Stored items

========================================================================

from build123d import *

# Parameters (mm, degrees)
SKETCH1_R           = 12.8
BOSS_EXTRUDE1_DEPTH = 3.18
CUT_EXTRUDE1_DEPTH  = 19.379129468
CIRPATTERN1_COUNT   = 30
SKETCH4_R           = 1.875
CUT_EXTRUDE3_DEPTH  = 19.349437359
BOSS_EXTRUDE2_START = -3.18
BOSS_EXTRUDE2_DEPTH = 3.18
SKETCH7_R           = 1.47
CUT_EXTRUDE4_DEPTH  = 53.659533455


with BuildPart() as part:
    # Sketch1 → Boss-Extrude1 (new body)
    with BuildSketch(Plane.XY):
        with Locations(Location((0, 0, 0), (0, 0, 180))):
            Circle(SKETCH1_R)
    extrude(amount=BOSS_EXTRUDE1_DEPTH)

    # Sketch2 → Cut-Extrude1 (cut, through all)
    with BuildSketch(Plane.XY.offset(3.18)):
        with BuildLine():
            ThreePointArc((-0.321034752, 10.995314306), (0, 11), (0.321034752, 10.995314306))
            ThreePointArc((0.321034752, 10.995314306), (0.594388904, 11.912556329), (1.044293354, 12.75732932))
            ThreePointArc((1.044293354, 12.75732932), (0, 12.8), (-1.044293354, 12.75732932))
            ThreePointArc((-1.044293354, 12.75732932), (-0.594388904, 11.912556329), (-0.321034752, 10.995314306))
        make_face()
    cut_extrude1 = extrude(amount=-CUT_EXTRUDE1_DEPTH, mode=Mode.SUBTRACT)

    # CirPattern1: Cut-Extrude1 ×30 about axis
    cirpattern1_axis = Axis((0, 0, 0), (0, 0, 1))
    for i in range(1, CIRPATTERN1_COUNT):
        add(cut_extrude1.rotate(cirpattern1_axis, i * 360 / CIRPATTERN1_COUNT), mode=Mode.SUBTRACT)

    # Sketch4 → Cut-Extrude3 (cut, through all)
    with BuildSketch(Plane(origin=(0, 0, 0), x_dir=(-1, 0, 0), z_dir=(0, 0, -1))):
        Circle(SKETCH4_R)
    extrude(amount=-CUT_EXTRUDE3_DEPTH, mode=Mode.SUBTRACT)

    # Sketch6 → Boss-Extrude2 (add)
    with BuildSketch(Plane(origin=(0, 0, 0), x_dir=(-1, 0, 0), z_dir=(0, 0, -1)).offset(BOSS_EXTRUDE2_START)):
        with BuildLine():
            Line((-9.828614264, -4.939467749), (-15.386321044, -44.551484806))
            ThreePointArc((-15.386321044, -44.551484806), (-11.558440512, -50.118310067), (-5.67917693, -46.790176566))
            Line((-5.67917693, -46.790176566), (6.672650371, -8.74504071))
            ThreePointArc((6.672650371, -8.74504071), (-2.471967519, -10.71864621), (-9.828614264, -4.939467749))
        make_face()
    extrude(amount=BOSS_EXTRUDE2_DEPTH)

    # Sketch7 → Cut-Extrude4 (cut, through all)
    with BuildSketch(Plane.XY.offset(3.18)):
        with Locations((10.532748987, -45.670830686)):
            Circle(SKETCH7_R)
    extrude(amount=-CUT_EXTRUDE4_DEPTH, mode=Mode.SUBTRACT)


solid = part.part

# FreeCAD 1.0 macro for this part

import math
import FreeCAD as App
import Part
import Sketcher
from FreeCAD import Vector

doc = App.newDocument("Part")
body = doc.addObject("PartDesign::Body", "Body")

sketch1 = doc.addObject("Sketcher::SketchObject", "Sketch")
body.addObject(sketch1)
sketch1.AttachmentSupport = (doc.XY_Plane, [""])
sketch1.MapMode = "FlatFace"
sketch1.addGeometry(Part.Circle(Vector(0, 0, 0), Vector(0, 0, 1), 13), False)
sketch1.addConstraint(Sketcher.Constraint("Coincident", 0, 3, -1, 1))
sketch1.addConstraint(Sketcher.Constraint("Diameter", 0, 25.6))
pad1 = doc.addObject("PartDesign::Pad", "Pad")
body.addObject(pad1)
pad1.Profile = sketch1
pad1.Length = 3.18

sketch2 = doc.addObject("Sketcher::SketchObject", "Sketch001")
body.addObject(sketch2)
sketch2.AttachmentSupport = (doc.XY_Plane, [""])
sketch2.MapMode = "FlatFace"
sketch2.AttachmentOffset = App.Placement(Vector(0, 0, 3.18), App.Rotation())
sketch2.addGeometry(Part.ArcOfCircle(Part.Circle(Vector(0, 0, 0), Vector(0, 0, 1), 11), math.radians(88.33), math.radians(91.67)), False)
sketch2.addGeometry(Part.ArcOfCircle(Part.Circle(Vector(5, 10.1, 0), Vector(0, 0, 1), 4.8), math.radians(146), math.radians(169)), False)
sketch2.addGeometry(Part.ArcOfCircle(Part.Circle(Vector(0, 0, 0), Vector(0, 0, 1), 12.8), math.radians(85.32), math.radians(94.68)), False)
sketch2.addGeometry(Part.ArcOfCircle(Part.Circle(Vector(-5, 10.1, 0), Vector(0, 0, 1), 4.8), math.radians(11), math.radians(34)), False)
sketch2.addConstraint(Sketcher.Constraint("Coincident", 0, 1, 1, 2))
sketch2.addConstraint(Sketcher.Constraint("Coincident", 1, 1, 2, 1))
sketch2.addConstraint(Sketcher.Constraint("Coincident", 2, 2, 3, 2))
sketch2.addConstraint(Sketcher.Constraint("Coincident", 3, 1, 0, 2))
sketch2.addConstraint(Sketcher.Constraint("Coincident", 0, 3, -1, 1))
sketch2.addConstraint(Sketcher.Constraint("Coincident", 2, 3, -1, 1))
sketch2.addConstraint(Sketcher.Constraint("Equal", 1, 3))
sketch2.addConstraint(Sketcher.Constraint("Symmetric", 1, 3, 3, 3, -2))
sketch2.addConstraint(Sketcher.Constraint("Radius", 0, 11.0))
sketch2.addConstraint(Sketcher.Constraint("Radius", 1, 4.8))
sketch2.addConstraint(Sketcher.Constraint("Radius", 2, 12.8))
sketch2.addConstraint(Sketcher.Constraint("DistanceX", -1, 1, 1, 3, 5.034861))
sketch2.addConstraint(Sketcher.Constraint("DistanceY", -1, 1, 1, 1, 12.757329))
pocket1 = doc.addObject("PartDesign::Pocket", "Pocket")
body.addObject(pocket1)
pocket1.Profile = sketch2
pocket1.Type = "ThroughAll"
doc.recompute()

polarpattern = doc.addObject("PartDesign::PolarPattern", "PolarPattern")
body.addObject(polarpattern)
polarpattern.Originals = [pocket1]
polarpattern.Axis = (doc.Z_Axis, [""])
polarpattern.Angle = 360
polarpattern.Occurrences = 30
body.Tip = polarpattern

sketch3 = doc.addObject("Sketcher::SketchObject", "Sketch002")
body.addObject(sketch3)
sketch3.AttachmentSupport = (doc.XY_Plane, [""])
sketch3.MapMode = "FlatFace"
sketch3.addGeometry(Part.Circle(Vector(0, 0, 0), Vector(0, 0, 1), 1.9), False)
sketch3.addConstraint(Sketcher.Constraint("Coincident", 0, 3, -1, 1))
sketch3.addConstraint(Sketcher.Constraint("Diameter", 0, 3.75))
pocket2 = doc.addObject("PartDesign::Pocket", "Pocket001")
body.addObject(pocket2)
pocket2.Profile = sketch3
pocket2.Type = "ThroughAll"
pocket2.Reversed = True

sketch4 = doc.addObject("Sketcher::SketchObject", "Sketch003")
body.addObject(sketch4)
sketch4.AttachmentSupport = (doc.XY_Plane, [""])
sketch4.MapMode = "FlatFace"
sketch4.AttachmentOffset = App.Placement(Vector(0, 0, 3.18), App.Rotation())
sketch4.addGeometry(Part.LineSegment(Vector(10, -5, 0), Vector(15, -45, 0)), False)
sketch4.addGeometry(Part.ArcOfCircle(Part.Circle(Vector(10, -45, 0), Vector(0, 0, 1), 5), math.radians(-162), math.radians(8)), False)
sketch4.addGeometry(Part.LineSegment(Vector(6, -47, 0), Vector(-7, -9, 0)), False)
sketch4.addGeometry(Part.ArcOfCircle(Part.Circle(Vector(0, 0, 0), Vector(0, 0, 1), 11), math.radians(-127), math.radians(-27)), False)
sketch4.addConstraint(Sketcher.Constraint("Tangent", 0, 2, 1, 2))
sketch4.addConstraint(Sketcher.Constraint("Tangent", 1, 1, 2, 1))
sketch4.addConstraint(Sketcher.Constraint("Coincident", 2, 2, 3, 1))
sketch4.addConstraint(Sketcher.Constraint("Coincident", 3, 2, 0, 1))
sketch4.addConstraint(Sketcher.Constraint("Coincident", 3, 3, -1, 1))
sketch4.addConstraint(Sketcher.Constraint("Equal", 0, 2))
sketch4.addConstraint(Sketcher.Constraint("Radius", 1, 5.0))
sketch4.addConstraint(Sketcher.Constraint("Radius", 3, 11.0))
sketch4.addConstraint(Sketcher.Constraint("Distance", 0, 40.0))
sketch4.addConstraint(Sketcher.Constraint("DistanceY", 1, 3, -1, 1, 45.246198))
sketch4.addConstraint(Sketcher.Constraint("DistanceX", -1, 1, 1, 3, 10.434819))
pad2 = doc.addObject("PartDesign::Pad", "Pad001")
body.addObject(pad2)
pad2.Profile = sketch4
pad2.Length = 3.18
pad2.Reversed = True

sketch5 = doc.addObject("Sketcher::SketchObject", "Sketch004")
body.addObject(sketch5)
sketch5.AttachmentSupport = (doc.XY_Plane, [""])
sketch5.MapMode = "FlatFace"
sketch5.AttachmentOffset = App.Placement(Vector(0, 0, 3.18), App.Rotation())
sketch5.addGeometry(Part.Circle(Vector(10.5, -45.7, 0), Vector(0, 0, 1), 1.5), False)
sketch5.addConstraint(Sketcher.Constraint("Diameter", 0, 2.94))
sketch5.addConstraint(Sketcher.Constraint("DistanceX", -1, 1, 0, 3, 10.532749))
sketch5.addConstraint(Sketcher.Constraint("DistanceY", 0, 3, -1, 1, 45.670831))
pocket3 = doc.addObject("PartDesign::Pocket", "Pocket002")
body.addObject(pocket3)
pocket3.Profile = sketch5
pocket3.Type = "ThroughAll"

doc.recompute()
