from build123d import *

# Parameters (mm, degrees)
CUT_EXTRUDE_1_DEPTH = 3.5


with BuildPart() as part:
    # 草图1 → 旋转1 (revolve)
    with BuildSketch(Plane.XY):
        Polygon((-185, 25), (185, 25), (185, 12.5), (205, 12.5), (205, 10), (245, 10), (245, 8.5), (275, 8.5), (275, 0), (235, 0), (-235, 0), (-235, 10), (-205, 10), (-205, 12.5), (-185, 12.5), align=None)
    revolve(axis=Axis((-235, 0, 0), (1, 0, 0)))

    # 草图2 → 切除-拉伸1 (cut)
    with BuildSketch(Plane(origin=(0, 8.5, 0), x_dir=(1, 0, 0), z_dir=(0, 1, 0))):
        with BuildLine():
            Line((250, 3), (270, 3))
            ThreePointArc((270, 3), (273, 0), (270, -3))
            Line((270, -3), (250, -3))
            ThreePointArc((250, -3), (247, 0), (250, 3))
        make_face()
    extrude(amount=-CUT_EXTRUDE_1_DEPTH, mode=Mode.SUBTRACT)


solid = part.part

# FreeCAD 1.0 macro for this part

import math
import FreeCAD as App
import Part
import Sketcher

V = App.Vector


def add_polygon(sketch, points):
    """Adds a closed chain of lines whose ends are joined by coincident constraints."""
    first, n = sketch.GeometryCount, len(points)
    for a, b in zip(points, points[1:] + points[:1]):
        sketch.addGeometry(Part.LineSegment(App.Vector(*a, 0), App.Vector(*b, 0)), False)
    for i in range(n):
        sketch.addConstraint(Sketcher.Constraint("Coincident", first + i, 2, first + (i + 1) % n, 1))

doc = App.newDocument("Part")
body = doc.addObject("PartDesign::Body", "Body")

sketch1 = body.newObject("Sketcher::SketchObject", "Sketch")
sketch1.AttachmentSupport = (doc.getObject("XY_Plane"), [""])
sketch1.MapMode = "FlatFace"
add_polygon(sketch1, [(185, 25), (-185, 25), (-185, 12.5), (-205, 12.5), (-205, 10), (-235, 10), (-235, 0), (275, 0), (275, 8.5), (245, 8.5), (245, 10), (205, 10), (205, 12.5), (185, 12.5)])
sketch1.addConstraint([
    Sketcher.Constraint("Horizontal", 0),
    Sketcher.Constraint("Vertical", 1),
    Sketcher.Constraint("Horizontal", 2),
    Sketcher.Constraint("Vertical", 3),
    Sketcher.Constraint("Horizontal", 4),
    Sketcher.Constraint("Vertical", 5),
    Sketcher.Constraint("Horizontal", 6),
    Sketcher.Constraint("Vertical", 7),
    Sketcher.Constraint("Horizontal", 8),
    Sketcher.Constraint("Vertical", 9),
    Sketcher.Constraint("Horizontal", 10),
    Sketcher.Constraint("Vertical", 11),
    Sketcher.Constraint("Horizontal", 12),
    Sketcher.Constraint("Vertical", 13),
    Sketcher.Constraint("Symmetric", 3, 2, 10, 2, -2),
    Sketcher.Constraint("Symmetric", 1, 2, 12, 2, -2),
    Sketcher.Constraint("PointOnObject", 5, 2, -1),
    Sketcher.Constraint("Equal", 4, 8),
    Sketcher.Constraint("DistanceX", 0, 2, 0, 1, 370.0),
    Sketcher.Constraint("DistanceX", 2, 2, 2, 1, 20.0),
    Sketcher.Constraint("DistanceX", 4, 2, 4, 1, 30.0),
    Sketcher.Constraint("DistanceX", 6, 1, 6, 2, 510.0),
    Sketcher.Constraint("DistanceY", 5, 2, 5, 1, 10.0),
    Sketcher.Constraint("DistanceY", 1, 2, 1, 1, 12.5),
    Sketcher.Constraint("DistanceY", 3, 2, 3, 1, 2.5),
    Sketcher.Constraint("DistanceY", 7, 1, 7, 2, 8.5),
])
revolution = body.newObject("PartDesign::Revolution", "Revolution")
revolution.Profile = sketch1
revolution.ReferenceAxis = (sketch1, ["H_Axis"])
revolution.Angle = 360

sketch2 = body.newObject("Sketcher::SketchObject", "Sketch001")
sketch2.AttachmentSupport = (doc.getObject("XZ_Plane"), [""])
sketch2.MapMode = "FlatFace"
sketch2.AttachmentOffset = App.Placement(V(0, 0, -8.5), App.Rotation())
sketch2.addGeometry([
    Part.LineSegment(V(270, -3, 0), V(250, -3, 0)),
    Part.ArcOfCircle(Part.Circle(V(250, 0, 0), V(0, 0, 1), 3), math.radians(90), math.radians(270)),
    Part.LineSegment(V(250, 3, 0), V(270, 3, 0)),
    Part.ArcOfCircle(Part.Circle(V(270, 0, 0), V(0, 0, 1), 3), math.radians(-90), math.radians(90)),
], False)
sketch2.addConstraint([
    Sketcher.Constraint("Tangent", 0, 2, 1, 2),
    Sketcher.Constraint("Tangent", 1, 1, 2, 1),
    Sketcher.Constraint("Tangent", 2, 2, 3, 2),
    Sketcher.Constraint("Tangent", 3, 1, 0, 1),
    Sketcher.Constraint("Horizontal", 0),
    Sketcher.Constraint("Horizontal", 2),
    Sketcher.Constraint("PointOnObject", 1, 3, -1),
    Sketcher.Constraint("Radius", 1, 3.0),
    Sketcher.Constraint("DistanceX", 0, 2, 0, 1, 20.0),
    Sketcher.Constraint("DistanceX", -1, 1, 1, 3, 250.0),
])
pocket1 = body.newObject("PartDesign::Pocket", "Pocket")
pocket1.Profile = sketch2
pocket1.Length = 3.5
pocket1.Reversed = True

doc.recompute()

========================================================================

▶ Work order: What you give back should be exactly the lines of the data above from the line with "cirpattern1_axis = Axis((0, 0, 0), (0, 0, 1))" through the line with "# Sketch4 →", both of those included, and nothing more.

▶ Response for this exercise:
    cirpattern1_axis = Axis((0, 0, 0), (0, 0, 1))
    for i in range(1, CIRPATTERN1_COUNT):
        add(cut_extrude1.rotate(cirpattern1_axis, i * 360 / CIRPATTERN1_COUNT), mode=Mode.SUBTRACT)

    # Sketch4 → Cut-Extrude3 (cut, through all)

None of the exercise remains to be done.